## ASSIGNED TASK
Below are some entries. Repeat exactly the lines from the one with "#110=EDGE_CURVE('',#106,#106,#109,.T.);" through the one with "END-ISO-10303-21;", and only those.

RECORD EXTRACTS START

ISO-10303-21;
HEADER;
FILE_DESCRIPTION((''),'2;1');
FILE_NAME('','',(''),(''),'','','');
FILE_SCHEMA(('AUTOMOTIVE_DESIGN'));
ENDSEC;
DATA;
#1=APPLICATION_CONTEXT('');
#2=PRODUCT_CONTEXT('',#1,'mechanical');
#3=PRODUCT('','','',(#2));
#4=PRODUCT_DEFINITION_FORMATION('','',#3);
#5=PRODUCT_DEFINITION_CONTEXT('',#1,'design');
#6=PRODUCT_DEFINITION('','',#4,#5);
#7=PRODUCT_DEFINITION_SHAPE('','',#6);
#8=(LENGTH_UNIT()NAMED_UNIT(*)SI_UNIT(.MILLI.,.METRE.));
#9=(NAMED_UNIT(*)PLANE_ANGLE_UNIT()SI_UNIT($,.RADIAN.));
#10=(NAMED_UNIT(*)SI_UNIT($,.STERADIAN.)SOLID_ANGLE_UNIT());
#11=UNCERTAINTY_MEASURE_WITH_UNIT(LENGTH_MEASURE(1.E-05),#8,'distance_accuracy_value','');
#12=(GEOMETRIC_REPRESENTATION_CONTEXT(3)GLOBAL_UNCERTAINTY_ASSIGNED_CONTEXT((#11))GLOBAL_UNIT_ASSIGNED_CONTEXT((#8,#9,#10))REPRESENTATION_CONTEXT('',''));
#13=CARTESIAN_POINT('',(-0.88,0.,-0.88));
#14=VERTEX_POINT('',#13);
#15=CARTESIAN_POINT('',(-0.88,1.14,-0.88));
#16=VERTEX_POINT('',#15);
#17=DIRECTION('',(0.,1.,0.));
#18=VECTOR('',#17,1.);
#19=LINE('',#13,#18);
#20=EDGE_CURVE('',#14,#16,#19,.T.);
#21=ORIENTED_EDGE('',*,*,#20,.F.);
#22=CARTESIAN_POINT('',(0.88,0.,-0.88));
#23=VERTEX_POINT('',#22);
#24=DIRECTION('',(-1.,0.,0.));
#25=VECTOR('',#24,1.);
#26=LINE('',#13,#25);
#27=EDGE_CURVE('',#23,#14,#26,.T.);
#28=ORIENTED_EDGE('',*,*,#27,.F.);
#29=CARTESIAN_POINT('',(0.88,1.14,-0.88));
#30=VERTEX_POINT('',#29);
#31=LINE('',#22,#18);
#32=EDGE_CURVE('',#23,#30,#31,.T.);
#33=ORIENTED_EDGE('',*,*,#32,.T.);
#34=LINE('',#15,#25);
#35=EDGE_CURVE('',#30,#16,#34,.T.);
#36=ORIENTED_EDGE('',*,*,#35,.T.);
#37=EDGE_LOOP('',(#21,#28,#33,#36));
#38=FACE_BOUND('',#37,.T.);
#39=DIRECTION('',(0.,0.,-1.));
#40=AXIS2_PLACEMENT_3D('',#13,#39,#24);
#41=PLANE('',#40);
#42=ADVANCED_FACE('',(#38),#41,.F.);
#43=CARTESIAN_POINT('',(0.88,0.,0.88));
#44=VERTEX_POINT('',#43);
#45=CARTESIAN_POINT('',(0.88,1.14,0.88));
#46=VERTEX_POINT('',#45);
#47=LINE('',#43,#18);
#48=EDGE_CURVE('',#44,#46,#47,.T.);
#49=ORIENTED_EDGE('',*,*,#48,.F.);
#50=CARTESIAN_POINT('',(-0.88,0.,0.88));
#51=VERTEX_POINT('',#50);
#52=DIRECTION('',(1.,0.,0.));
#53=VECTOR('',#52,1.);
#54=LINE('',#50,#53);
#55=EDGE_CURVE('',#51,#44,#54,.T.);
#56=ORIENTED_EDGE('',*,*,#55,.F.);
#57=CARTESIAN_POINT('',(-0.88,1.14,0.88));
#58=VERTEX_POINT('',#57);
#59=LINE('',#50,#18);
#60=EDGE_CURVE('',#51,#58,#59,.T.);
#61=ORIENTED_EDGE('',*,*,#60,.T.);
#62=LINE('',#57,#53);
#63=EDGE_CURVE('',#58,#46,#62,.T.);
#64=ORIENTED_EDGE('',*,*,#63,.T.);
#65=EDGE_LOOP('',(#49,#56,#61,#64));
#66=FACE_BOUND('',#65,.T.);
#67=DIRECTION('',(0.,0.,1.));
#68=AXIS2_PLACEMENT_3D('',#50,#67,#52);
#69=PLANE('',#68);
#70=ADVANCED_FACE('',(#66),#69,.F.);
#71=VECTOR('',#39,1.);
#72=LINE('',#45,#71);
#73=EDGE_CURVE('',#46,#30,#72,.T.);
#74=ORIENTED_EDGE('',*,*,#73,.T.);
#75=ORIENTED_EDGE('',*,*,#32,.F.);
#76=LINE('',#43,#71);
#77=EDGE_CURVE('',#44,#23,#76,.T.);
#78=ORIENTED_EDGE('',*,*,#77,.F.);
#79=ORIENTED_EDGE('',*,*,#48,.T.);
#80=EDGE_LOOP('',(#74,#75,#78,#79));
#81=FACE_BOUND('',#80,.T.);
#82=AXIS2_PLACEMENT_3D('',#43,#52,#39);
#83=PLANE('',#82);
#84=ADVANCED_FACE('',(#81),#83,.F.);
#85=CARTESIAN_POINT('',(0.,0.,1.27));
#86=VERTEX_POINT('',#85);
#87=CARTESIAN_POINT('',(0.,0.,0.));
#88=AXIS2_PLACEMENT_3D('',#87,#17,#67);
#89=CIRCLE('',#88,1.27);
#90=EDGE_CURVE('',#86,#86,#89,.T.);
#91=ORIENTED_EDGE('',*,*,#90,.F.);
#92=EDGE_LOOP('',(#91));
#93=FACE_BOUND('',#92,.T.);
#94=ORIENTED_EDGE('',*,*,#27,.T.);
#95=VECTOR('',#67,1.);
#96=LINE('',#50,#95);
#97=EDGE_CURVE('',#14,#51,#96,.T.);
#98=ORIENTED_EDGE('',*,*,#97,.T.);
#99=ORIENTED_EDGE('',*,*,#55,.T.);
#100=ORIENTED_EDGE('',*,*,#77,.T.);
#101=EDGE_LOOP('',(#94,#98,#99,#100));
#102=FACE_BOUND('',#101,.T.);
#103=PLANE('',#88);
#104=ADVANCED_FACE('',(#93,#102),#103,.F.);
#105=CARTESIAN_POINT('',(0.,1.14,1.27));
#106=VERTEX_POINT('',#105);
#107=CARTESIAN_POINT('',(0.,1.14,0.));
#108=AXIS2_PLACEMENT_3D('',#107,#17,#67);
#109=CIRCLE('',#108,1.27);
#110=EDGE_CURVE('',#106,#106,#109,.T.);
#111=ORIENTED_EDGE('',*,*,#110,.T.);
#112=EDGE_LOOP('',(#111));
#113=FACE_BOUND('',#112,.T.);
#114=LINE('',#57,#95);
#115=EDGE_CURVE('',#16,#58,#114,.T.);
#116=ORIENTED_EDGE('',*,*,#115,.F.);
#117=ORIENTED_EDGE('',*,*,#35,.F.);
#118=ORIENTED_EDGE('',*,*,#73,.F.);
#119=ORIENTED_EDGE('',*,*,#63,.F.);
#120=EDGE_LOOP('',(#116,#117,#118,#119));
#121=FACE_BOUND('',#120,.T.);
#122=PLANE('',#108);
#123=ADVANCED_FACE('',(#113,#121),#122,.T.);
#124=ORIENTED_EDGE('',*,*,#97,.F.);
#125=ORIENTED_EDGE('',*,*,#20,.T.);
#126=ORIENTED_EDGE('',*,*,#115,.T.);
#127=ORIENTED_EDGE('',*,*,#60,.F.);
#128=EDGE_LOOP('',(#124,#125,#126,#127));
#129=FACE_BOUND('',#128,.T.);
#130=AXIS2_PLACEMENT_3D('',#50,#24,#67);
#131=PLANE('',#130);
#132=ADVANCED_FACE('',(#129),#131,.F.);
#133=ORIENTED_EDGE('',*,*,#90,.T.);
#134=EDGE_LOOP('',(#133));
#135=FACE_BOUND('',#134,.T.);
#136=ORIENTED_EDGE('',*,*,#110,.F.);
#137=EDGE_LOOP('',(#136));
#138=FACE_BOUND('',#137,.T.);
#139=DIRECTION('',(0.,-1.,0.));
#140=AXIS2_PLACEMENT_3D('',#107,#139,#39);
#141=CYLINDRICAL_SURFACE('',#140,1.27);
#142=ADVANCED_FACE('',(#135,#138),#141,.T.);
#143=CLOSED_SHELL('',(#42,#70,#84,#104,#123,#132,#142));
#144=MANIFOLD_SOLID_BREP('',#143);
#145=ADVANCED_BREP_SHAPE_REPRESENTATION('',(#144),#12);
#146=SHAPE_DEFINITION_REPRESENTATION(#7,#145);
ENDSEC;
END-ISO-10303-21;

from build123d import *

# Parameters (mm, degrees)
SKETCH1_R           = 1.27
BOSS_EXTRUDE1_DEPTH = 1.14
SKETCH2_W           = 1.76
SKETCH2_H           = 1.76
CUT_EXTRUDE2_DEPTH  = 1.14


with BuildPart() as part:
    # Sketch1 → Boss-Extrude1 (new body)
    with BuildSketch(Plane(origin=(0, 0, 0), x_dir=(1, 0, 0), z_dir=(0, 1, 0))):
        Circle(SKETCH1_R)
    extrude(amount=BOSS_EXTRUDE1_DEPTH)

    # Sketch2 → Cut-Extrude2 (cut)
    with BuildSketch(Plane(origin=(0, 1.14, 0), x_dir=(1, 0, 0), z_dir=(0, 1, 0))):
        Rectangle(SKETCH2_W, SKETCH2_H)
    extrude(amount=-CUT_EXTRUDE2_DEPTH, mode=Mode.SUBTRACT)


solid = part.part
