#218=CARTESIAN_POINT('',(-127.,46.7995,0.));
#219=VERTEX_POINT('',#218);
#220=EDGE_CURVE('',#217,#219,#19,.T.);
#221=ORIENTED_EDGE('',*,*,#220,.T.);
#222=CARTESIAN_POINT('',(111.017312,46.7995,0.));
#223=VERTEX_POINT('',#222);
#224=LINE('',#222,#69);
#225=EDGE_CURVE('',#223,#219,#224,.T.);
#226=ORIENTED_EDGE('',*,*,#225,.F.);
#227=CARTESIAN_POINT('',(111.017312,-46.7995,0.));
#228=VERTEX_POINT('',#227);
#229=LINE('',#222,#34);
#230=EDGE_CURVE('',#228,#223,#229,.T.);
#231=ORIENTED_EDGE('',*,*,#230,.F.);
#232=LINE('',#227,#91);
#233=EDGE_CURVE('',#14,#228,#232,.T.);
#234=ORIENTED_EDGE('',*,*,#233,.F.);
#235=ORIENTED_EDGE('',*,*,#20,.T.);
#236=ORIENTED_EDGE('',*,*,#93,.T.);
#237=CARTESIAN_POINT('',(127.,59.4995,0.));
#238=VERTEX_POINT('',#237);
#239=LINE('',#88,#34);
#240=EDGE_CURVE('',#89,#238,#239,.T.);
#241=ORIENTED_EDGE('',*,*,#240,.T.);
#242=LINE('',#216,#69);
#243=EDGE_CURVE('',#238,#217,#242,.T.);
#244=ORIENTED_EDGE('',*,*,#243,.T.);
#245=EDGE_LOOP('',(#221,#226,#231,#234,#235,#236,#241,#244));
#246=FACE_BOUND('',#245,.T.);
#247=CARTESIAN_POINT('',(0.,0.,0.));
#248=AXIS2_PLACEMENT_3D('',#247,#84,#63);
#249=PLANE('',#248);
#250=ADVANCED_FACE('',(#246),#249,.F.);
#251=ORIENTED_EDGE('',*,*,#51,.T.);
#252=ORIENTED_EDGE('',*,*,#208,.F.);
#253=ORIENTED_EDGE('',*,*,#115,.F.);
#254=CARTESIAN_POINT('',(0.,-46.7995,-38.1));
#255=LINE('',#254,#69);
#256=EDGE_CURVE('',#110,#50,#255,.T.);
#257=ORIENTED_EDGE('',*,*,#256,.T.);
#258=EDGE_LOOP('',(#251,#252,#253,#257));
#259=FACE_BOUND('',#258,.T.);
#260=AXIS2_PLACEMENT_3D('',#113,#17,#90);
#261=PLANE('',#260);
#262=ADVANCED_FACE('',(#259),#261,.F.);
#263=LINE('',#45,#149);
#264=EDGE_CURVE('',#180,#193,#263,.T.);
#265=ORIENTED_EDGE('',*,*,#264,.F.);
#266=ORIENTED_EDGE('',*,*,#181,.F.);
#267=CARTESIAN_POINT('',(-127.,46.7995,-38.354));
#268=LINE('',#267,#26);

RECORD EXTRACTS END

## RESULT OF THE TASK
#110=EDGE_CURVE('',#106,#106,#109,.T.);
#111=ORIENTED_EDGE('',*,*,#110,.T.);
#112=EDGE_LOOP('',(#111));
#113=FACE_BOUND('',#112,.T.);
#114=LINE('',#57,#95);
#115=EDGE_CURVE('',#16,#58,#114,.T.);
#116=ORIENTED_EDGE('',*,*,#115,.F.);
#117=ORIENTED_EDGE('',*,*,#35,.F.);
#118=ORIENTED_EDGE('',*,*,#73,.F.);
#119=ORIENTED_EDGE('',*,*,#63,.F.);
#120=EDGE_LOOP('',(#116,#117,#118,#119));
#121=FACE_BOUND('',#120,.T.);
#122=PLANE('',#108);
#123=ADVANCED_FACE('',(#113,#121),#122,.T.);
#124=ORIENTED_EDGE('',*,*,#97,.F.);
#125=ORIENTED_EDGE('',*,*,#20,.T.);
#126=ORIENTED_EDGE('',*,*,#115,.T.);
#127=ORIENTED_EDGE('',*,*,#60,.F.);
#128=EDGE_LOOP('',(#124,#125,#126,#127));
#129=FACE_BOUND('',#128,.T.);
#130=AXIS2_PLACEMENT_3D('',#50,#24,#67);
#131=PLANE('',#130);
#132=ADVANCED_FACE('',(#129),#131,.F.);
#133=ORIENTED_EDGE('',*,*,#90,.T.);
#134=EDGE_LOOP('',(#133));
#135=FACE_BOUND('',#134,.T.);
#136=ORIENTED_EDGE('',*,*,#110,.F.);
#137=EDGE_LOOP('',(#136));
#138=FACE_BOUND('',#137,.T.);
#139=DIRECTION('',(0.,-1.,0.));
#140=AXIS2_PLACEMENT_3D('',#107,#139,#39);
#141=CYLINDRICAL_SURFACE('',#140,1.27);
#142=ADVANCED_FACE('',(#135,#138),#141,.T.);
#143=CLOSED_SHELL('',(#42,#70,#84,#104,#123,#132,#142));
#144=MANIFOLD_SOLID_BREP('',#143);
#145=ADVANCED_BREP_SHAPE_REPRESENTATION('',(#144),#12);
#146=SHAPE_DEFINITION_REPRESENTATION(#7,#145);
ENDSEC;
END-ISO-10303-21;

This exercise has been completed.